*WHAT YOU WILL DO*: The lines below are to be quoted exactly, from the first through the one that contains "v 25.59 -5.169 2.794".

Records from a dataset

• • • •

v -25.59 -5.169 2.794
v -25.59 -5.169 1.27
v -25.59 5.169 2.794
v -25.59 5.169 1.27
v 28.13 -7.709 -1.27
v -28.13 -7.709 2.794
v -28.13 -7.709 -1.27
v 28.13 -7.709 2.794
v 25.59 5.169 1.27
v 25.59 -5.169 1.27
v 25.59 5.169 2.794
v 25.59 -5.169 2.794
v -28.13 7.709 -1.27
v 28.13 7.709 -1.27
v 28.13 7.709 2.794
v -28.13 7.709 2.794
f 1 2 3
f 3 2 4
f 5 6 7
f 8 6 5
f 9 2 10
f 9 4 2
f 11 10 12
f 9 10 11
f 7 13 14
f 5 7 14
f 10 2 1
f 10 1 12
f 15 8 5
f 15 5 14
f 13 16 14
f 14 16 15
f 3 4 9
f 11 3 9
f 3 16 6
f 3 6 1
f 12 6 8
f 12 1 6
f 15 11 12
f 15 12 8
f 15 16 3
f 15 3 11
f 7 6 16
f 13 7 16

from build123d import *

# Parameters (mm, degrees)
F0_W     = 56.261
F0_H     = 15.4178
F0_W_2   = 51.181
F0_H_2   = 10.3378
F1_DEPTH = 1.27
F2_DEPTH = 2.794


# Not quite as in the source:
# - a feature names something its author has since deleted; it is built from what else it names


with BuildPart() as f1:
    # F0 (on Top) → F1 (new body, symmetric)
    with BuildSketch(Plane.XY):
        Rectangle(F0_W, F0_H)
        Rectangle(F0_W_2, F0_H_2, mode=Mode.SUBTRACT)
        Rectangle(F0_W_2, F0_H_2)
    extrude(amount=F1_DEPTH, both=True)

    # F0 (on Top) → F2 (join)
    with BuildSketch(Plane.XY):
        Rectangle(F0_W, F0_H)
        Rectangle(F0_W_2, F0_H_2, mode=Mode.SUBTRACT)
    extrude(amount=F2_DEPTH)


solid = f1.part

• • • •

*TASK SOLUTION*:
v -25.59 -5.169 2.794
v -25.59 -5.169 1.27
v -25.59 5.169 2.794
v -25.59 5.169 1.27
v 28.13 -7.709 -1.27
v -28.13 -7.709 2.794
v -28.13 -7.709 -1.27
v 28.13 -7.709 2.794
v 25.59 5.169 1.27
v 25.59 -5.169 1.27
v 25.59 5.169 2.794
v 25.59 -5.169 2.794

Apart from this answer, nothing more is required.